Leah Levac  (University of Guelph),  Ann Denis  (University of Ottawa) 
Doing Feminist Intersectional Research: Challenges and Prospects

While past work, for example by the Canadian Research Institute for the Advancement of Women (2006), has contributed to our understanding of how to apply intersectionality in research, gaps persist. This paper draws on the work of Changing Public Services: Women and Intersectional Analysis, to explore the methodological challenges and opportunities of incorporating feminist intersectional and community engaged research commitments into secondary data analyses, not only in terms of making choices about which questions to ask, but also in terms of making decisions and compromises about priorities for the data to be analyzed. 
 
Joint Session / Séance conjointe: with/avec Canadian Sociological Association/La Société Canadienne de Sociologie
Feminist Interdisciplinarity:
Women's Experiences in and Resistance Against Hostile Work Environments
 
Tuesday, May 30 at  8:30 am to 10:00 am
Room No: TRSM3-149

Papers analyze different hostile work environments for women.

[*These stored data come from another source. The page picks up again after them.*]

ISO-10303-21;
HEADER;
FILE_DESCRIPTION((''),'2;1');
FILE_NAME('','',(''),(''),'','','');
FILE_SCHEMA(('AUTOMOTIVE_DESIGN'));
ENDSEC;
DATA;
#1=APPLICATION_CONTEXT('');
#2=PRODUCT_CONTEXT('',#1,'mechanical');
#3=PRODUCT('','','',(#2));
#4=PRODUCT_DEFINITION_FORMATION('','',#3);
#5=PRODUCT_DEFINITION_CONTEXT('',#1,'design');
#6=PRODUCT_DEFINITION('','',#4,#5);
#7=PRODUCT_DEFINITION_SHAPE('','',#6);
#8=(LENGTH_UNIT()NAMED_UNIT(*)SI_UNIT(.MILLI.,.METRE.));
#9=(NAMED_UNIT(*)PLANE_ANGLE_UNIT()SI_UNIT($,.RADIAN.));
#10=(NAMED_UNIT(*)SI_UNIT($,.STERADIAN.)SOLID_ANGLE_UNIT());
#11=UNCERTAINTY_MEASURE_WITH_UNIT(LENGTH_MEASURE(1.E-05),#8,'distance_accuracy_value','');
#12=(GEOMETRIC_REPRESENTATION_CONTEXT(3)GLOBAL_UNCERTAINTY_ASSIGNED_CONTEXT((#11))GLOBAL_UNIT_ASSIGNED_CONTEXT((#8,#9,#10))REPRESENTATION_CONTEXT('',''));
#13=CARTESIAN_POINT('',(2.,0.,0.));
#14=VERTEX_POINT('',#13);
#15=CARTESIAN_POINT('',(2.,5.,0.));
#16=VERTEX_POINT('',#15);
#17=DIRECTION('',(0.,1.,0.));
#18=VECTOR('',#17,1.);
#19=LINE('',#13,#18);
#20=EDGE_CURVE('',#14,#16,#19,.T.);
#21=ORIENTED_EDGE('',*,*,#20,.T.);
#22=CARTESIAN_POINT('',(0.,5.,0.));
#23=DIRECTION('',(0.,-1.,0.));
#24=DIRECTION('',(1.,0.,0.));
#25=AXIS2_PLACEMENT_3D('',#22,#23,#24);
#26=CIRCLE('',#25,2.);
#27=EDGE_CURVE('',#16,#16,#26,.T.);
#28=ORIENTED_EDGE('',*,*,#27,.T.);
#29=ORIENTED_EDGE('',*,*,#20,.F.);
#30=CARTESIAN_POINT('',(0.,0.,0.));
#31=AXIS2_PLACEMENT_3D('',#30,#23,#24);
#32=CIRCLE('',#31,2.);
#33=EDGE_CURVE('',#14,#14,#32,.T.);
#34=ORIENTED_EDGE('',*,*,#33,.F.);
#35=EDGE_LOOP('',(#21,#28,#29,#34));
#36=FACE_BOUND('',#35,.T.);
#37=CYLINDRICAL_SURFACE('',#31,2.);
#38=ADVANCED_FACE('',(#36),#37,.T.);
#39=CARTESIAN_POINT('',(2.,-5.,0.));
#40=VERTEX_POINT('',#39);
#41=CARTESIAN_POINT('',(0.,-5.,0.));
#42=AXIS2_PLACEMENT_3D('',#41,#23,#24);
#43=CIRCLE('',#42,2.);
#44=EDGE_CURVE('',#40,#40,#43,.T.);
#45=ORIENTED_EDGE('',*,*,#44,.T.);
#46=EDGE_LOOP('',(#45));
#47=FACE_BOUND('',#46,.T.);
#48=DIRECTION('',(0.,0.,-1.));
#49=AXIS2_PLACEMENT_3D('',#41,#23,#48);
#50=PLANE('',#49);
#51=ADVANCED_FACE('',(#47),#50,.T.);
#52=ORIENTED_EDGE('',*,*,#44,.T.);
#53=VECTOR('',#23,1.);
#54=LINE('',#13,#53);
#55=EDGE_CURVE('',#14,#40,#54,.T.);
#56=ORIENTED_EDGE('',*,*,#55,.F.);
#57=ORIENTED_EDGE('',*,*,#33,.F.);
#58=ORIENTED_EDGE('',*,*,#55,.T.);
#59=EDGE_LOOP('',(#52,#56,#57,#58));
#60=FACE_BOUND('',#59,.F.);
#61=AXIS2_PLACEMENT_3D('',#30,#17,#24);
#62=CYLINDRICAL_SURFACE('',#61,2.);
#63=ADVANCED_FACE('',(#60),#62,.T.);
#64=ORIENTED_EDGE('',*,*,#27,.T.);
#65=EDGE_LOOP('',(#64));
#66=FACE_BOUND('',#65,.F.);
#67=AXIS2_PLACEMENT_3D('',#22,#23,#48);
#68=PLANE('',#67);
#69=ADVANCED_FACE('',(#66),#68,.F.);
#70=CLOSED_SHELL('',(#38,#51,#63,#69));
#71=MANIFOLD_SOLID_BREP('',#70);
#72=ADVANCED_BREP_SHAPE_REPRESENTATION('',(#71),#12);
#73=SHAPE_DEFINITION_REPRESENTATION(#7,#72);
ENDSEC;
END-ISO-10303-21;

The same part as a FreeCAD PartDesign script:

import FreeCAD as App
import Part
import Sketcher

V = App.Vector

doc = App.newDocument("Part")
params = doc.addObject("Spreadsheet::Sheet", "Params")
for row, (alias, value) in enumerate([
    ("sketch1_diameter", "4 mm"),
    ("pad1_length", "10 mm"),
], start=1):
    params.set(f"A{row}", alias)
    params.set(f"B{row}", "=" + value)
    params.setAlias(f"B{row}", alias)

body = doc.addObject("PartDesign::Body", "Body")

# Sketch on XZ plane
sketch1 = doc.addObject("Sketcher::SketchObject", "Sketch")
body.addObject(sketch1)
sketch1.AttachmentSupport = (doc.XZ_Plane, [""])
sketch1.MapMode = "FlatFace"
sketch1.addGeometry(Part.Circle(V(0, 0, 0), V(0, 0, 1), 2), False)
sketch1.addConstraint(Sketcher.Constraint("Coincident", 0, 3, -1, 1))
sketch1.addConstraint(Sketcher.Constraint("Diameter", 0, 4.0))
sketch1.setExpression("Constraints[1]", "Params.sketch1_diameter")
pad1 = doc.addObject("PartDesign::Pad", "Pad")
body.addObject(pad1)
pad1.Profile = sketch1
pad1.setExpression("Length", "Params.pad1_length")
pad1.Midplane = True

doc.recompute()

Nichols analyzes Toronto labour market challenges for unemployed immigrant mothers. Joseph interviews Saudi Arabia's domestic foreign workers from India, examining relationships including their isolation. Braundy analyzes projects promoting women's work throughout Canada over decades, in the male dominated trades and technical workforce. Together these papers display how such contemporary systems as patriarchy and neo-liberalism create precarity for women seeking jobs and exclude women from good jobs. 
 
Leslie Nichols, Ryerson University
 
Feminist Interdisciplinarity: 
Resistance Against Hostile Academic Environments
 

Tuesday, May 30 at 10:30 am to 12:00 pm
Room Number: POD podium 358

 
This panel seeks to challenge the heteronormativity and misogyny that characterize the disciplines that we teach and the university institutions that pay us our salaries. While many of us aim to push the boundaries of our disciplines and institutions, these forces push back. Panelists will discuss creative solutions based upon their personal experiences of how they have carved out spaces for liberation as part of a larger global struggle, with the aim of reclaiming the University as an institution of higher learning and repository of public knowledge(s). 
Nicole Bernhardt, York University; Laura Pin, York University
 
Elaine Coburn, Glendon Campus, York University
 
Chamindra Weerawardhana, Queen's University Belfast
Feminist Interdisciplinarity: 
Challenging barriers to feminist teaching and research, in the academy and beyond

Wednesday, May 31 at 8:30 am to 10:00 am
Room: ENG Engineering LG14
 
Neo-liberal and sexist practices continue to create hostility toward women in the academic institution, to define the parameters of possibility in research, and to inform practices in the community that obfuscate structural forces of gendered oppression which create and perpetuate inequitable outcomes for women. Each of the papers presented asks that we take a gendered lens to problematic practices that often avoid critique when patriarchal and individualist assumptions-as well as the mechanisms they inform-are left uninterrogated and unchallenged.